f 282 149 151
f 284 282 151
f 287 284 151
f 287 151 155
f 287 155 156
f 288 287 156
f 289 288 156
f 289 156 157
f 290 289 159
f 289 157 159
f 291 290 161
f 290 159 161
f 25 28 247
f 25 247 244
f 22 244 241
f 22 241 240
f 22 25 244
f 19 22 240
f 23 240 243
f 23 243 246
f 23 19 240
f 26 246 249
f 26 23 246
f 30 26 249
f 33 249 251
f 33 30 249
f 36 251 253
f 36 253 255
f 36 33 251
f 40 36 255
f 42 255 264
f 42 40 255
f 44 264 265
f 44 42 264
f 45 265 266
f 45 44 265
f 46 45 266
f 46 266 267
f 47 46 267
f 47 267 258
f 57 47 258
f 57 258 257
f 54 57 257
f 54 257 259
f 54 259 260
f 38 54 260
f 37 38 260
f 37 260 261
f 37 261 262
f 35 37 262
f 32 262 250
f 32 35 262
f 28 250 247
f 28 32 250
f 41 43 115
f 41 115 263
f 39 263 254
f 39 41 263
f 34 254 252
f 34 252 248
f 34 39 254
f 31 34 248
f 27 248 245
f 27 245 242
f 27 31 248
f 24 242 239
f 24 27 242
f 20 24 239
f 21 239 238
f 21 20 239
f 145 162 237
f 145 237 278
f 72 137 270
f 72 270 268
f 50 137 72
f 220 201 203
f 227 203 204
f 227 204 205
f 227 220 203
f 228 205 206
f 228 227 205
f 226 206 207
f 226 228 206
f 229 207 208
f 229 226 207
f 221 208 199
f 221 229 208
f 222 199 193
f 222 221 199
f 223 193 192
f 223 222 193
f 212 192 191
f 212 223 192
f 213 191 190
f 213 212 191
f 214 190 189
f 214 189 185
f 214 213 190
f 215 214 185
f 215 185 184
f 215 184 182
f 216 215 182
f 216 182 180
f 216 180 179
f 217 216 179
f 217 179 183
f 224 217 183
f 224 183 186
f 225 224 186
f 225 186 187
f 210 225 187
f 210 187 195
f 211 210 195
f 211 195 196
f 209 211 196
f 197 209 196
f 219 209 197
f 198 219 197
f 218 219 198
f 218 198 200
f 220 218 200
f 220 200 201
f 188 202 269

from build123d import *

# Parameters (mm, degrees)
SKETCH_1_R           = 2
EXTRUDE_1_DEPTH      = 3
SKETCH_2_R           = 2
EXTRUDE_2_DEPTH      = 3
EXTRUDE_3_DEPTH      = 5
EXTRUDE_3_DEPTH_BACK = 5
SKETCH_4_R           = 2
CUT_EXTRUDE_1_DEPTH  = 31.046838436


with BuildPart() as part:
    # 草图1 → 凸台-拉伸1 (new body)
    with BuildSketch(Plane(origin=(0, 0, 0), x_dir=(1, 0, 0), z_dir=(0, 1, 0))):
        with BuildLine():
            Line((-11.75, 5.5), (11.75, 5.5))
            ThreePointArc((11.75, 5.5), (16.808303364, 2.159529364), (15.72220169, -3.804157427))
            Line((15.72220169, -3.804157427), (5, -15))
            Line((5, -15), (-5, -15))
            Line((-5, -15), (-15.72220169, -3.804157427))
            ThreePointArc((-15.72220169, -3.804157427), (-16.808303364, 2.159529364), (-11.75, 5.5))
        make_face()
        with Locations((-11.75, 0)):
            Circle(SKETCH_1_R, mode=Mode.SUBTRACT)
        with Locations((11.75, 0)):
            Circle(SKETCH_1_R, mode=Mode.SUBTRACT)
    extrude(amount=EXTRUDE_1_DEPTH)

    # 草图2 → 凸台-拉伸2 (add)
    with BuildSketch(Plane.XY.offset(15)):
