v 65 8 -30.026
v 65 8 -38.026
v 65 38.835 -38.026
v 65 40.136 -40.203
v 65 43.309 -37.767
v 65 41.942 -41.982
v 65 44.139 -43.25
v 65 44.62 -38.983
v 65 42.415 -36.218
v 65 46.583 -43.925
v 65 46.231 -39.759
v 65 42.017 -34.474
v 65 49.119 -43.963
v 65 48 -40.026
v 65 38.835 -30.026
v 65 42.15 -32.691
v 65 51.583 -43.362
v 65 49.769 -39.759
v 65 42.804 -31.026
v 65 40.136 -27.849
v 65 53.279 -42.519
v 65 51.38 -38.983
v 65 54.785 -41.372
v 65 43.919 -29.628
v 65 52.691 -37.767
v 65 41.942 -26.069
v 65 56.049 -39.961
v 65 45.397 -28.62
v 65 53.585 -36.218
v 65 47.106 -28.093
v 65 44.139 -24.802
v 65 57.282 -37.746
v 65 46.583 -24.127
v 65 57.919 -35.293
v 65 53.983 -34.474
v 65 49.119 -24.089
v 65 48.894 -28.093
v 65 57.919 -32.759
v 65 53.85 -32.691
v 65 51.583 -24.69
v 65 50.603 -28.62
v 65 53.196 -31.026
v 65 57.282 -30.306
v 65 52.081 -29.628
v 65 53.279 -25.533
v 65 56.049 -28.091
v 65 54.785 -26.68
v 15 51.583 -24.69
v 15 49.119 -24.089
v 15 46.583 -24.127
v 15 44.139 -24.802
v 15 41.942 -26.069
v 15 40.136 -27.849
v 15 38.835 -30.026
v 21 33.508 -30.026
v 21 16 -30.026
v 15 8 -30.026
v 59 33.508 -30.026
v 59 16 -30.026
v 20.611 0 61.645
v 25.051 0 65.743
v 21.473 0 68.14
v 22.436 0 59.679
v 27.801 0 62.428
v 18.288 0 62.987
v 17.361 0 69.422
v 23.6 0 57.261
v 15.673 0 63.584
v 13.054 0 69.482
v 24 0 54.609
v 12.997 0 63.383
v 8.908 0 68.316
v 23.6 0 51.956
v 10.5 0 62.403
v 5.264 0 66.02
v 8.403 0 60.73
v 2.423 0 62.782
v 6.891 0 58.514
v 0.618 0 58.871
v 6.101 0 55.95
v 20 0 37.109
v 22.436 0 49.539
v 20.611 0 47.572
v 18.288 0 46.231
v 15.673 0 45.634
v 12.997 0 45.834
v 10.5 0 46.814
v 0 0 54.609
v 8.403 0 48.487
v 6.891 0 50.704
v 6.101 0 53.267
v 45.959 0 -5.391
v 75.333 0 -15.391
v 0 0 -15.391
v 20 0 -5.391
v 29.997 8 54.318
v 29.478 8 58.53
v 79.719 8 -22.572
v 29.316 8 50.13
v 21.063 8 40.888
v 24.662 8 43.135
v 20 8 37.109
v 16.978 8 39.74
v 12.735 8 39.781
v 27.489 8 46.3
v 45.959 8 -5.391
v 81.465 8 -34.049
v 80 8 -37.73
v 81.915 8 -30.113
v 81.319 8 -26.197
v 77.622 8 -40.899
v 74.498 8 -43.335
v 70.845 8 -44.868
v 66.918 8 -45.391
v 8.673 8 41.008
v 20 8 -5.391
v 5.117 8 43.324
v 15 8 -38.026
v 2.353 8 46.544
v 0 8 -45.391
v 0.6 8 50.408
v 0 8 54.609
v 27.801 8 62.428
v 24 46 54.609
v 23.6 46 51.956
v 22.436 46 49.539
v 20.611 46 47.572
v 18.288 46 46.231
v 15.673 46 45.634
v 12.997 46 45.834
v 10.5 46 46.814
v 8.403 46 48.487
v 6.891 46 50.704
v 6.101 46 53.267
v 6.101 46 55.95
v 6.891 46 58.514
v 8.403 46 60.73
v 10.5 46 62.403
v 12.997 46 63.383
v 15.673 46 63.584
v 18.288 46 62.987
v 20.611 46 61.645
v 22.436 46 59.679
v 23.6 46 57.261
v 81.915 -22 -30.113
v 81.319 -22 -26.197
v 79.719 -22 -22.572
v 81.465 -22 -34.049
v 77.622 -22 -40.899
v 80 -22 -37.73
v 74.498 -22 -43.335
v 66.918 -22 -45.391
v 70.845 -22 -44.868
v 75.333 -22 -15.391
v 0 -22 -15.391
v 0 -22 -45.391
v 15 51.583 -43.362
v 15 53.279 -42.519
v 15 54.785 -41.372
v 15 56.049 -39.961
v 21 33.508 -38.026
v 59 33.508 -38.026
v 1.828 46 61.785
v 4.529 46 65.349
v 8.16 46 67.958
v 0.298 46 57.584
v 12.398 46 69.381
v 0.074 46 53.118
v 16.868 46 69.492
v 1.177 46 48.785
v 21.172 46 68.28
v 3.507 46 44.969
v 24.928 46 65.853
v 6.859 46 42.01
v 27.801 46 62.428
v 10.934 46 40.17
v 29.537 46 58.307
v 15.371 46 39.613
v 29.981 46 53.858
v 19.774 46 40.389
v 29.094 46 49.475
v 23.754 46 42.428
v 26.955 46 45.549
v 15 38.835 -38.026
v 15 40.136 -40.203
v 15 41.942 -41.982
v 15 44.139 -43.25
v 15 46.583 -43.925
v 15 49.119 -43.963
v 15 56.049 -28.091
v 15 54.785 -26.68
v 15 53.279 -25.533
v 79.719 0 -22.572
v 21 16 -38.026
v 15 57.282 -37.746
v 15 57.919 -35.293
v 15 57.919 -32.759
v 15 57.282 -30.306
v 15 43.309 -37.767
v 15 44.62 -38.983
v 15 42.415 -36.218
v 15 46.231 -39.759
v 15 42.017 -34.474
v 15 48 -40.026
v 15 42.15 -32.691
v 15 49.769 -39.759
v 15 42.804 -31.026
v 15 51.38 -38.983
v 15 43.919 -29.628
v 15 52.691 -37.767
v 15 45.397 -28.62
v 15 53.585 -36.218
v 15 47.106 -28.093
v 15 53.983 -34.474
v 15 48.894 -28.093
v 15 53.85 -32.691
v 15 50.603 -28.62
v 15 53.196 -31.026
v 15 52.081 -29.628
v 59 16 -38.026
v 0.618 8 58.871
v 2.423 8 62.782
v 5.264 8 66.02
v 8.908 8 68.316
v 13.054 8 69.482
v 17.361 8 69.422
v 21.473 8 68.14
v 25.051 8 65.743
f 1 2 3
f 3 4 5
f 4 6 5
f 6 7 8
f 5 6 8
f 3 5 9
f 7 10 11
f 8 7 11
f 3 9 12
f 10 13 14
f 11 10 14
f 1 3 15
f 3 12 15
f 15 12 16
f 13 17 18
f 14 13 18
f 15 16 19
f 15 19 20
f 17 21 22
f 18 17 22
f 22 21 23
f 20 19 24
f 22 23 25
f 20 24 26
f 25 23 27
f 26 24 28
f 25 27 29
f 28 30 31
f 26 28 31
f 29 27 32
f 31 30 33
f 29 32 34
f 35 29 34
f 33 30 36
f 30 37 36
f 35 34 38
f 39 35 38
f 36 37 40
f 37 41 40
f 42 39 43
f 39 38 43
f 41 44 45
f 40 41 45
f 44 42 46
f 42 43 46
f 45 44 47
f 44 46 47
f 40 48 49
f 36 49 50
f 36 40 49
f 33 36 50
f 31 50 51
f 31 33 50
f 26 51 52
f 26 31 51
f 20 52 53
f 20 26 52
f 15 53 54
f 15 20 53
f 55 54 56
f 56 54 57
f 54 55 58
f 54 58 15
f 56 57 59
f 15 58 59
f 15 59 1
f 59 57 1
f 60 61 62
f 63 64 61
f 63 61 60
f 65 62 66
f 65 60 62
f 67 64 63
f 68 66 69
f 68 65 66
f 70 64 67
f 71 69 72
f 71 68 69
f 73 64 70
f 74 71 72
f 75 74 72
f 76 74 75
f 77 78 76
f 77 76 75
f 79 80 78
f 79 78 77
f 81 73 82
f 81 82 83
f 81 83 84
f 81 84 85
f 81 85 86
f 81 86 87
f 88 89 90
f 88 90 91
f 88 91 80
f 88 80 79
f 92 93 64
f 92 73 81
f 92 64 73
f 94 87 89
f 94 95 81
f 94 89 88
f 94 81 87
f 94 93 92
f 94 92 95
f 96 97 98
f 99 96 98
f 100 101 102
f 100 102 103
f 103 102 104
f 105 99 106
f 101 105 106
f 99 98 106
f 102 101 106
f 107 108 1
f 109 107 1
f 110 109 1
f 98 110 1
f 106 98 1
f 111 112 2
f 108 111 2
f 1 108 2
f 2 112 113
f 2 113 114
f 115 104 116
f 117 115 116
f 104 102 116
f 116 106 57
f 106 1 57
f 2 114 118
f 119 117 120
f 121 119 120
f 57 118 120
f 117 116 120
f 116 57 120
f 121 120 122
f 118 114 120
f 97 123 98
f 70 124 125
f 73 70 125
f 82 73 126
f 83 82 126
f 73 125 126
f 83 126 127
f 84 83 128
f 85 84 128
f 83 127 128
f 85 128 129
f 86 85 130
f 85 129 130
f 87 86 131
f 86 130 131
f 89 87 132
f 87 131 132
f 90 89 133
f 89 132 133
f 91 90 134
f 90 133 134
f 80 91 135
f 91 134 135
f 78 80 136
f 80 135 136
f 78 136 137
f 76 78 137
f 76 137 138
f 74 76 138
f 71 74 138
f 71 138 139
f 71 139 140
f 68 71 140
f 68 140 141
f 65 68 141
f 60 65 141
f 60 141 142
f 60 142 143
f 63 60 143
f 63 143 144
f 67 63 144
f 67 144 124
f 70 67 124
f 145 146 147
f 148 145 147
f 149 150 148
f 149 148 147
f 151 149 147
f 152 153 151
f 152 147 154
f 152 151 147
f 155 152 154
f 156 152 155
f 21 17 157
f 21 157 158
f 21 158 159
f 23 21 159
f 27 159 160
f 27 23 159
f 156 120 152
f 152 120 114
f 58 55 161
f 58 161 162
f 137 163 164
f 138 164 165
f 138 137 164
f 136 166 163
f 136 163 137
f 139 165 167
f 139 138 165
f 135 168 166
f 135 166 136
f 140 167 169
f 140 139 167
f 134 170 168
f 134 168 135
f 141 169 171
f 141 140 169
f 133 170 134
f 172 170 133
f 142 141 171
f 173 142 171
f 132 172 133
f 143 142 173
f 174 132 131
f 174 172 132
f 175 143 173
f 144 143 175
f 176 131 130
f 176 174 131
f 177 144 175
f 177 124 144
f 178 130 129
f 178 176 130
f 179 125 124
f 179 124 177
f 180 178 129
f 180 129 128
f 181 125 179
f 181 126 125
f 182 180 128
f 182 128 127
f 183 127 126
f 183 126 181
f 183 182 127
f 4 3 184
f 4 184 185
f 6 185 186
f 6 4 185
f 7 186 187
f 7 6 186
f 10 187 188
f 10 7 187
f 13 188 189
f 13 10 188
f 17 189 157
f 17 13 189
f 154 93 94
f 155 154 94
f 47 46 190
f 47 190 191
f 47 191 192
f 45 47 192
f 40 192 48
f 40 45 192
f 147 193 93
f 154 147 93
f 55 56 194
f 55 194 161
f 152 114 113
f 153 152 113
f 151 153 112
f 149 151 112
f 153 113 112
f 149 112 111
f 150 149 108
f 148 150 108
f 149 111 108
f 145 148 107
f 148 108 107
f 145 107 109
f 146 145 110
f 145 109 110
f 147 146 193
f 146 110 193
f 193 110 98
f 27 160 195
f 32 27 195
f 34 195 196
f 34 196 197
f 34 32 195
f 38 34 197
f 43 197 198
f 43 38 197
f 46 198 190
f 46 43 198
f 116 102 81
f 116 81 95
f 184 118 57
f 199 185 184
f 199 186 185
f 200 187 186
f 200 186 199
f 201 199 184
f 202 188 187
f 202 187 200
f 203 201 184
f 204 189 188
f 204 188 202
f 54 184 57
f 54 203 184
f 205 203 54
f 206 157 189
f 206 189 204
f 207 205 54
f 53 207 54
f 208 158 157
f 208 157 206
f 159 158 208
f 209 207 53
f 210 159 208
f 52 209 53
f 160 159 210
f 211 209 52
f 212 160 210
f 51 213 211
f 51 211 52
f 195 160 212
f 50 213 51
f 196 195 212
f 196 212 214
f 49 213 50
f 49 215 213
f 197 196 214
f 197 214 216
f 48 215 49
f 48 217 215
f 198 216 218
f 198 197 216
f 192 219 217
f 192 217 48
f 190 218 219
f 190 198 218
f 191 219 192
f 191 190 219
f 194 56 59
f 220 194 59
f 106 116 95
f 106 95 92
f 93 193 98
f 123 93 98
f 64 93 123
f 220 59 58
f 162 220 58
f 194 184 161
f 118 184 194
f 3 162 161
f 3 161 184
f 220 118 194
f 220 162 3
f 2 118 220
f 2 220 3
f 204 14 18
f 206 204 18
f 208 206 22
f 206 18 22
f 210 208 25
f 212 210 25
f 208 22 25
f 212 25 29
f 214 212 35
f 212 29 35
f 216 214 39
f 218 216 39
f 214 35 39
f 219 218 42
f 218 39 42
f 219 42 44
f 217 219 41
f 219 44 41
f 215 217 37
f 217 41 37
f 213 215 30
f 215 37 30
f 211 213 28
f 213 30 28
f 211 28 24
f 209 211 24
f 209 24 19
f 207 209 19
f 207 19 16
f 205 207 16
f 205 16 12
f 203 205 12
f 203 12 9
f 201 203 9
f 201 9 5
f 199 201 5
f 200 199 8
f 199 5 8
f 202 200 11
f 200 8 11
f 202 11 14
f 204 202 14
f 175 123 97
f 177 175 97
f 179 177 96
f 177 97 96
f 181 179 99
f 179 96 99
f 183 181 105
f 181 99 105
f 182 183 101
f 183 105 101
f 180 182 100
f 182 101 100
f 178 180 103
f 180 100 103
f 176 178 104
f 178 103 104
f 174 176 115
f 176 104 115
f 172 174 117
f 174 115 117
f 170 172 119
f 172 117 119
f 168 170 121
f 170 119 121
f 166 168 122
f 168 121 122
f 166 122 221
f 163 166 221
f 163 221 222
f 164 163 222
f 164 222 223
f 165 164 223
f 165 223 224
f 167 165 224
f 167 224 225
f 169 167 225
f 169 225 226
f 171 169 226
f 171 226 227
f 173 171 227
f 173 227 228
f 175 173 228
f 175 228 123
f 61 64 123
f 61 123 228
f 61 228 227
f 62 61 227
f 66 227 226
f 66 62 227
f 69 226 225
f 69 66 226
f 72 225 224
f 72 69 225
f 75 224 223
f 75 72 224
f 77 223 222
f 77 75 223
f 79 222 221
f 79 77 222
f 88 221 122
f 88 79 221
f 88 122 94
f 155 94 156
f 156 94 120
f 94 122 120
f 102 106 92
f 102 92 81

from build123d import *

# Parameters (mm, degrees)
BASE_TRIANGLE_DEPTH   = 8
SKETCH2_W             = 50
SKETCH2_H             = 8
RECTANGLE_BLOCK_DEPTH = 38
CUT_EXTRUDE2_REACH    = 17.365
SKETCH3_W             = 38
SKETCH3_H             = 18
CYINDER_BLOCK_DEPTH   = 50
CUT_EXTRUDE3_REACH    = 68.918
SKETCH5_R             = 6
BOSS_EXTRUDE5_DEPTH   = 50
CUT_EXTRUDE4_DEPTH    = 50
SKETCH11_R            = 6
CUT_EXTRUDE5_DEPTH    = 50
CUT_EXTRUDE6_REACH    = 17.365
SKETCH12_W            = 38
SKETCH12_H            = 17.507702416
BOSS_EXTRUDE6_DEPTH   = 38
CUT_EXTRUDE7_REACH    = 48
SKETCH14_R            = 9
CUT_EXTRUDE9_REACH    = 10
BOSS_EXTRUDE7_DEPTH   = 22


with BuildPart() as part:
    # Sketch1 → Base triangle (new body)
    with BuildSketch(Plane(origin=(0, 0, 0), x_dir=(1, 0, 0), z_dir=(0, 1, 0))):
        with BuildLine():
            Line((0, -54.608695652), (0, 45.391304348))
            Line((0, 45.391304348), (66.917901683, 45.391304348))
            ThreePointArc((66.917901683, 45.391304348), (80, 37.730153279), (79.71890745, 22.572464832))
            Line((79.71890745, 22.572464832), (27.801005766, -62.427535168))
            ThreePointArc((27.801005766, -62.427535168), (10.938909413, -69.048485929), (0, -54.608695652))
        make_face()
    extrude(amount=BASE_TRIANGLE_DEPTH)

    # Sketch2 → Rectangle Block (add)
    with BuildSketch(Plane(origin=(0, 8, 0), x_dir=(1, 0, 0), z_dir=(0, 1, 0))):
        with Locations((40, 34.025974009)):
            Rectangle(SKETCH2_W, SKETCH2_H)
    extrude(amount=RECTANGLE_BLOCK_DEPTH)

    # Sketch3 → Cut-Extrude2 (cut, up to next)
    with BuildSketch(Plane.XY.offset(-30.025974009), mode=Mode.PRIVATE) as cut_extrude2_sk1:
        with Locations((40, 25)):
            Rectangle(SKETCH3_W, SKETCH3_H)
    cut_extrude2_tool1 = extrude(cut_extrude2_sk1.sketch, amount=-CUT_EXTRUDE2_REACH, mode=Mode.PRIVATE) & part.part
    add(cut_extrude2_tool1.solids().sort_by_distance((40, 25, -30.025974))[0], mode=Mode.SUBTRACT)

    # Sketch4 → Cyinder Block (add)
    with BuildSketch(Plane.ZY.offset(-15)):
        with BuildLine():
            ThreePointArc((-24.025974009, 55.16515139), (-39.503199584, 63.531751655), (-38.025974009, 46))
            Line((-38.025974009, 46), (-30.025974009, 46))
            ThreePointArc((-30.025974009, 46), (-25.659373744, 49.687925815), (-24.025974009, 55.16515139))
        make_face()
        with BuildLine():
            Line((-30.025974009, 46), (-38.025974009, 46))
            ThreePointArc((-38.025974009, 46), (-34.025974009, 45.16515139), (-30.025974009, 46))
        make_face()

################

_Problem details_
Restate the material word for word, but only from its first line through the line containing "Line((15.72220169, -3.804157427), (5, -15))".

_Response to the exercise_
f 282 149 151
f 284 282 151
f 287 284 151
f 287 151 155
f 287 155 156
f 288 287 156
f 289 288 156
f 289 156 157
f 290 289 159
f 289 157 159
f 291 290 161
f 290 159 161
f 25 28 247
f 25 247 244
f 22 244 241
f 22 241 240
f 22 25 244
f 19 22 240
f 23 240 243
f 23 243 246
f 23 19 240
f 26 246 249
f 26 23 246
f 30 26 249
f 33 249 251
f 33 30 249
f 36 251 253
f 36 253 255
f 36 33 251
f 40 36 255
f 42 255 264
f 42 40 255
f 44 264 265
f 44 42 264
f 45 265 266
f 45 44 265
f 46 45 266
f 46 266 267
f 47 46 267
f 47 267 258
f 57 47 258
f 57 258 257
f 54 57 257
f 54 257 259
f 54 259 260
f 38 54 260
f 37 38 260
f 37 260 261
f 37 261 262
f 35 37 262
f 32 262 250
f 32 35 262
f 28 250 247
f 28 32 250
f 41 43 115
f 41 115 263
f 39 263 254
f 39 41 263
f 34 254 252
f 34 252 248
f 34 39 254
f 31 34 248
f 27 248 245
f 27 245 242
f 27 31 248
f 24 242 239
f 24 27 242
f 20 24 239
f 21 239 238
f 21 20 239
f 145 162 237
f 145 237 278
f 72 137 270
f 72 270 268
f 50 137 72
f 220 201 203
f 227 203 204
f 227 204 205
f 227 220 203
f 228 205 206
f 228 227 205
f 226 206 207
f 226 228 206
f 229 207 208
f 229 226 207
f 221 208 199
f 221 229 208
f 222 199 193
f 222 221 199
f 223 193 192
f 223 222 193
f 212 192 191
f 212 223 192
f 213 191 190
f 213 212 191
f 214 190 189
f 214 189 185
f 214 213 190
f 215 214 185
f 215 185 184
f 215 184 182
f 216 215 182
f 216 182 180
f 216 180 179
f 217 216 179
f 217 179 183
f 224 217 183
f 224 183 186
f 225 224 186
f 225 186 187
f 210 225 187
f 210 187 195
f 211 210 195
f 211 195 196
f 209 211 196
f 197 209 196
f 219 209 197
f 198 219 197
f 218 219 198
f 218 198 200
f 220 218 200
f 220 200 201
f 188 202 269

from build123d import *

# Parameters (mm, degrees)
SKETCH_1_R           = 2
EXTRUDE_1_DEPTH      = 3
SKETCH_2_R           = 2
EXTRUDE_2_DEPTH      = 3
EXTRUDE_3_DEPTH      = 5
EXTRUDE_3_DEPTH_BACK = 5
SKETCH_4_R           = 2
CUT_EXTRUDE_1_DEPTH  = 31.046838436


with BuildPart() as part:
    # 草图1 → 凸台-拉伸1 (new body)
    with BuildSketch(Plane(origin=(0, 0, 0), x_dir=(1, 0, 0), z_dir=(0, 1, 0))):
        with BuildLine():
            Line((-11.75, 5.5), (11.75, 5.5))
            ThreePointArc((11.75, 5.5), (16.808303364, 2.159529364), (15.72220169, -3.804157427))
            Line((15.72220169, -3.804157427), (5, -15))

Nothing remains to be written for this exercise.